In general, you might want to apply the following approach:
1. run the clustering algorithm multiple times and produce a sequence of possible clustering assignments
2. evaluate each final clustering configuration based on some clustering quality index. Commonly used is Silhouette index, though there are more: Rand index, Isolation index, Dunn index, Davies-Bouldin index, etc. (as well as the mean squared error and possibly entropy if the data is labeled)
3. select the clustering configuration that has the best quality, according to the index of your choice
As almost everyone pointed out, it's an initialization issue (mostly due to different initial random seeds used to select the initial centers), and since K-Means is an algorithm that attempts to minimize the sum of square distances of each point to its assigned centroid (MSSC), if that happens to be your clustering criterion, then you should choose the clustering that produced the minimal SSE score. If your k (the number of clusters in your problem) is relatively large (>=50) and your data-set is high-dimensional (>=10), then it is extremely likely that any version of K-Means that you used (even after many repetitions) is very far from the true optimal SSE score. In such a case, you should combine the results of all your clusterings (from WEKA or RAPIDMINER or whatever other tool) using the method described in the following paper: Christou, I.T. (2011) "Coordination of Cluster Ensembles via Exact Methods", IEEE Transactions on Pattern Analysis and Machine Intelligence, 33(2)279-293.
If you don't really know the value of k (i.e. how many clusters your data-set really has), then the X-Means clustering method of Pelleg is an excellent tool (there is a free open-source implementation of X-Means as well, google it).
Hello, with some datasets when i run k-means i get different labels assigned and different numbers of clusters. I cant understand why this is happening.
the algorithm which i use in order to identify the best number of clusters is the following:
from sklearn.cluster import KMeans
from sklearn.preprocessing import MinMaxScaler
from sklearn.metrics import davies_bouldin_score
from sklearn.metrics import silhouette_score
import numpy as np
def kmeans(data,clusters=15):
"""seperates the data into n_clusters number of clusters, computes the
db index for each number of clusters from 2 to clusters and finally
returns the clustered data with the best db score
input:
data (dataframe)
clusters (integer)
output:
Labels and cluster centers according to the best DB index and Silhouette score"""

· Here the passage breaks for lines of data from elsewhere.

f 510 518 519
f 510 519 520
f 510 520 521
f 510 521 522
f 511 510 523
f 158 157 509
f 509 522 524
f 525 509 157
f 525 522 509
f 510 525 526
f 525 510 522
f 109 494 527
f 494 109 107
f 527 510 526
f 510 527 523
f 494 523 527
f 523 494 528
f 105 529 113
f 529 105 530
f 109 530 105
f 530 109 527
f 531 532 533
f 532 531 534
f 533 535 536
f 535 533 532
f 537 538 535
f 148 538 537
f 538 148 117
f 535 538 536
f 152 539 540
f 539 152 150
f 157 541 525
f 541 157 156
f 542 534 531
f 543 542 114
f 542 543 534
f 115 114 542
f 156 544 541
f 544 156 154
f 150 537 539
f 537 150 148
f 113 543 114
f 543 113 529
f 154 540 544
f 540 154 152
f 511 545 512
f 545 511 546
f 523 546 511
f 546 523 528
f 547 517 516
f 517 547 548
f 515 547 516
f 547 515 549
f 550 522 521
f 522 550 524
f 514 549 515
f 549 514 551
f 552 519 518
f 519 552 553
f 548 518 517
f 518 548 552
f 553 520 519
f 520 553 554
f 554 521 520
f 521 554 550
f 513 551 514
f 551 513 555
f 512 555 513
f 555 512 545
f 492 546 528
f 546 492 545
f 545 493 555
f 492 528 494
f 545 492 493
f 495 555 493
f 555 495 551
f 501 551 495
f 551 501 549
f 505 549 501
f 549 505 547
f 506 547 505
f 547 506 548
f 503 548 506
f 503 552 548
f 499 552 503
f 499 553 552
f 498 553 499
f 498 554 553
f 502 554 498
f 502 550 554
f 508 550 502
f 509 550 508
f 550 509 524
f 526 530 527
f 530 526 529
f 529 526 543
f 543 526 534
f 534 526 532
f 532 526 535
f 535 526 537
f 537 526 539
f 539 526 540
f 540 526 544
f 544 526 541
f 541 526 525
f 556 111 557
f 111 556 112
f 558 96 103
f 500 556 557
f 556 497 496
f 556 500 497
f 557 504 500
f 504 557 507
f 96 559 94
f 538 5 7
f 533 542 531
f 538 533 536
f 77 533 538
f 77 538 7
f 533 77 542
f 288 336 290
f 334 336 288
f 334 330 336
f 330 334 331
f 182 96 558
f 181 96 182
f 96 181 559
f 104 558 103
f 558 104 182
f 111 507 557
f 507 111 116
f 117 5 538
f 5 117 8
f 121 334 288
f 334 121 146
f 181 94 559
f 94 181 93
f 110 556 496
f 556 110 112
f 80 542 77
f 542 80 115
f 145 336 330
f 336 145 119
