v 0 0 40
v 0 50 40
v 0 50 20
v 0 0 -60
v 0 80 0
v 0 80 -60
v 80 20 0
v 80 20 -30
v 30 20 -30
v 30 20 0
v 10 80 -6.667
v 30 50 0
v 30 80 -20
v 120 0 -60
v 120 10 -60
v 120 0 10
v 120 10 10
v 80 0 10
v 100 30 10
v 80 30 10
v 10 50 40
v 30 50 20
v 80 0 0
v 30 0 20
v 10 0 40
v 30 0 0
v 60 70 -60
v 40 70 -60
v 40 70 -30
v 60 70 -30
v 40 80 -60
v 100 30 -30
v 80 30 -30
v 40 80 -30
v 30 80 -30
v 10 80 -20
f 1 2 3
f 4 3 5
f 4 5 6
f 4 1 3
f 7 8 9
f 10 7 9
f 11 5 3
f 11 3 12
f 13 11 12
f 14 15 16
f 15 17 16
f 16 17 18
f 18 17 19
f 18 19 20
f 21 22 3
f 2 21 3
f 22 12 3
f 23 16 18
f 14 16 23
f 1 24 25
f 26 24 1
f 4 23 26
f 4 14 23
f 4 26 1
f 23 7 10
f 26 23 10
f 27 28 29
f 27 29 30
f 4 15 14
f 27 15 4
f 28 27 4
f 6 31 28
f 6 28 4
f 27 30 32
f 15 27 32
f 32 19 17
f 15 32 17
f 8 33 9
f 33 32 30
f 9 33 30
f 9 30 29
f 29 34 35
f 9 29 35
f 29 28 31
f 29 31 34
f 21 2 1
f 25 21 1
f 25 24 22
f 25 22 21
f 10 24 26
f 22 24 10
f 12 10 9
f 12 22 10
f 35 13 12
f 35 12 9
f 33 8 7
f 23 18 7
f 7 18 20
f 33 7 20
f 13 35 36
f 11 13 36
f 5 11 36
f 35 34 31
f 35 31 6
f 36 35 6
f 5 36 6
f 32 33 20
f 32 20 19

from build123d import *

# Parameters (mm, degrees)
BOSS_EXTRUDE1_DEPTH       = 80
SKETCH2_W                 = 60
SKETCH2_H                 = 80
BOSS_EXTRUDE6_DEPTH       = 10
CUT_EXTRUDE3_DEPTH        = 149
BOSS_EXTRUDE7_DEPTH       = 20
SKETCH11_W                = 100
SKETCH11_H                = 80
CUT_EXTRUDE4_DEPTH        = 20
CUT_EXTRUDE5_DEPTH        = 20
SKETCH14_W                = 24.037008503
SKETCH14_H                = 50
CUT_EXTRUDE6_DEPTH        = 29
SKETCH15_W                = 46.666666667
SKETCH15_H                = 50
CUT_EXTRUDE7_DEPTH        = 29
SKETCH16_W                = 20
SKETCH16_H                = 30
BOSS_EXTRUDE8_DEPTH       = 70
BOSS_EXTRUDE10_DEPTH      = 30
SKETCH21_W                = 43.205783384
SKETCH21_H                = 74.052806938
CUT_EXTRUDE9_DEPTH        = 30
SKETCH22_W                = 30
SKETCH22_H                = 20
CUT_EXTRUDE10_DEPTH       = 30
BOSS_EXTRUDE11_DEPTH      = 30
BOSS_EXTRUDE12_DEPTH      = 40
BOSS_EXTRUDE12_DEPTH_BACK = 30
SKETCH25_W                = 50
SKETCH25_H                = 20
BOSS_EXTRUDE13_DEPTH      = 60
BOSS_EXTRUDE16_DEPTH      = 50
BOSS_EXTRUDE17_DEPTH      = 20


with BuildPart() as part:
    # Sketch1 → Boss-Extrude1 (new body)
    with BuildSketch(Plane(origin=(0, 0, 0), x_dir=(1, 0, 0), z_dir=(0, 1, 0))):
        Polygon((0, 0), (0, 60), (40, 60), (40, 30), (30, 30), (30, 20), align=None)
    extrude(amount=BOSS_EXTRUDE1_DEPTH)

    # Sketch2 → Boss-Extrude6 (add)
    with BuildSketch(Plane.ZY):
        with Locations((-30, 40)):
            Rectangle(SKETCH2_W, SKETCH2_H)
        Polygon((40, 0), (0, 0), (0, 80), (20, 50), (40, 50), align=None)
    extrude(amount=-BOSS_EXTRUDE6_DEPTH)

    # Sketch8 → Cut-Extrude3 (cut)
    with BuildSketch(Plane(origin=(18.823529412, 18.823529412, 28.235294118), x_dir=(0.874474632, -0.269069118, -0.403603676), z_dir=(0.48507125, 0.48507125, 0.727606875))):
        Polygon((-21.525529408, 30.508510792), (12.780783086, 41.602514717), (12.780783086, 77.658027472), (-21.525529408, 66.564023547), align=None)
    extrude(amount=CUT_EXTRUDE3_DEPTH, mode=Mode.SUBTRACT)

    # Sketch10 → Boss-Extrude7 (add)
    with BuildSketch(Plane(origin=(18.823529412, 18.823529412, 28.235294118), x_dir=(0.874474632, -0.269069118, -0.403603676), z_dir=(0.48507125, 0.48507125, 0.727606875))):
        Polygon((-21.525529408, 30.508510792), (12.780783086, 41.602514717), (12.780783086, 77.658027472), (-21.525529408, 66.564023547), align=None)
    extrude(amount=-BOSS_EXTRUDE7_DEPTH)

    # Sketch11 → Cut-Extrude4 (cut)
    with BuildSketch(Plane.ZY):
        with Locations((-10, 40)):
            Rectangle(SKETCH11_W, SKETCH11_H)
    extrude(amount=CUT_EXTRUDE4_DEPTH, mode=Mode.SUBTRACT)

    # Sketch12 → Cut-Extrude5 (cut)
    with BuildSketch(Plane(origin=(0, 50, 0), x_dir=(1, 0, 0), z_dir=(0, 1, 0))):
        Polygon((0, -20), (10, -13.333333333), (10, -40), (0, -40), align=None)
    extrude(amount=CUT_EXTRUDE5_DEPTH, mode=Mode.SUBTRACT)

    # Sketch14 → Cut-Extrude6 (cut)
    with BuildSketch(Plane(origin=(0, 0, 0), x_dir=(0.832050294, 0, -0.554700196), z_dir=(0.554700196, 0, 0.832050294))):
        with Locations((24.037008504, 25)):
            Rectangle(SKETCH14_W, SKETCH14_H)
    extrude(amount=CUT_EXTRUDE6_DEPTH, mode=Mode.SUBTRACT)

    # Sketch15 → Cut-Extrude7 (cut)
    with BuildSketch(Plane(origin=(10, 0, 0), x_dir=(0, 0, -1), z_dir=(1, 0, 0))):
        with Locations((-16.666666666, 25)):
            Rectangle(SKETCH15_W, SKETCH15_H)
    extrude(amount=CUT_EXTRUDE7_DEPTH, mode=Mode.SUBTRACT)

    # Sketch16 → Boss-Extrude8 (add)
    with BuildSketch(Plane(origin=(0, 70, 0), x_dir=(1, 0, 0), z_dir=(0, 1, 0))):
        with Locations((50, 45)):
            Rectangle(SKETCH16_W, SKETCH16_H)
    extrude(amount=-BOSS_EXTRUDE8_DEPTH)

    # Sketch17 → Boss-Extrude10 (add)
    with BuildSketch(Plane(origin=(0, 0, -60), x_dir=(-1, 0, 0), z_dir=(0, 0, -1))):
        Polygon((-80, 10), (-80, 0), (-60, 0), (-60, 70), (-100, 10), align=None)
    extrude(amount=-BOSS_EXTRUDE10_DEPTH)

    # Sketch21 → Cut-Extrude9 (cut)
    with BuildSketch(Plane.XY.offset(-30)):
        with Locations((81.602891692, 32.973596531)):
            Rectangle(SKETCH21_W, SKETCH21_H)
    extrude(amount=-CUT_EXTRUDE9_DEPTH, mode=Mode.SUBTRACT)

    # Sketch22 → Cut-Extrude10 (cut)
    with BuildSketch(Plane.XY.offset(-30)):
        with Locations((45, 10)):
            Rectangle(SKETCH22_W, SKETCH22_H)
    extrude(amount=-CUT_EXTRUDE10_DEPTH, mode=Mode.SUBTRACT)

    # Sketch23 → Boss-Extrude11 (add)
    with BuildSketch(Plane.XY.offset(-30)):
        Polygon((60, 70), (100, 30), (80, 30), (80, 20), (60, 20), align=None)
    extrude(amount=-BOSS_EXTRUDE11_DEPTH)

    # Sketch24 → Boss-Extrude12 (add, two sides)
    with BuildSketch(Plane.XY.offset(-30)) as boss_extrude12_sk:
        Polygon((100, 30), (120, 10), (120, 0), (80, 0), (80, 30), align=None)
    extrude(amount=BOSS_EXTRUDE12_DEPTH)
    extrude(boss_extrude12_sk.sketch, amount=-BOSS_EXTRUDE12_DEPTH_BACK)

    # Sketch25 → Boss-Extrude13 (add)
    with BuildSketch(Plane(origin=(0, 0, -60), x_dir=(-1, 0, 0), z_dir=(0, 0, -1))):
        with Locations((-55, 10)):
            Rectangle(SKETCH25_W, SKETCH25_H)
    extrude(amount=-BOSS_EXTRUDE13_DEPTH)

    # Sketch28 → Boss-Extrude16 (add)
    with BuildSketch(Plane(origin=(0, 0, 0), x_dir=(-1, 0, 0), z_dir=(0, -1, 0))):
        Polygon((-10, 6.666666667), (-30, 20), (-10, -6.666666667), align=None)
        Polygon((-10, -6.666666667), (-30, 20), (-30, 0), (-30, -20), (-10, -40), align=None)
    extrude(amount=-BOSS_EXTRUDE16_DEPTH)

    # Sketch29 → Boss-Extrude17 (add)
    with BuildSketch(Plane(origin=(30, 0, 0), x_dir=(0, 0, -1), z_dir=(1, 0, 0))):
        Polygon((0, 50), (20, 50), (20, 80), align=None)
    extrude(amount=-BOSS_EXTRUDE17_DEPTH)


solid = part.part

#initializing max_id and max_score for each metric
I used kmeans to study image compression and for same input it resulted several 'compressed' images, some of them having a size larger than the initial image. Yes, the results depends on the randomized initialization and on the input data. I found great suggestions here: https://stackoverflow.com/questions/25921762/changes-of-clustering-results-after-each-time-run-in-python-scikit-learn
"The algorithm is only a heuristic. It may yield suboptimal results. Running it multiple times gives you a better chance of finding a good result."
"Typically when running algorithms with many local minima it's common to take a stochastic approach and run the algorithm many times with different initial states. This will give you multiple results, and the one with the lowest error is usually chosen to be the best result.
When I use K-Means I always run it several times and use the best result."
running K-means Clustering several times is a good first approach.
Taking the "best" result in the end is a fine strategy.
But consider to widen the approach from just comparing "best" results on the summed and squared differences between data and clusters to some quality criterion like:
Sihouette Coefficient, Gap-Statistics, Calinski-Harabasz index, Dunn index, Davies-Bouldin index, and others that have been mentioned above
and then decide to use one of those, and explicitly optimize all meta parameters (like no of patterns, initial K, ...) w.r.t this index.
For image compression i had fruitful results using the Calinski-Harabasz index.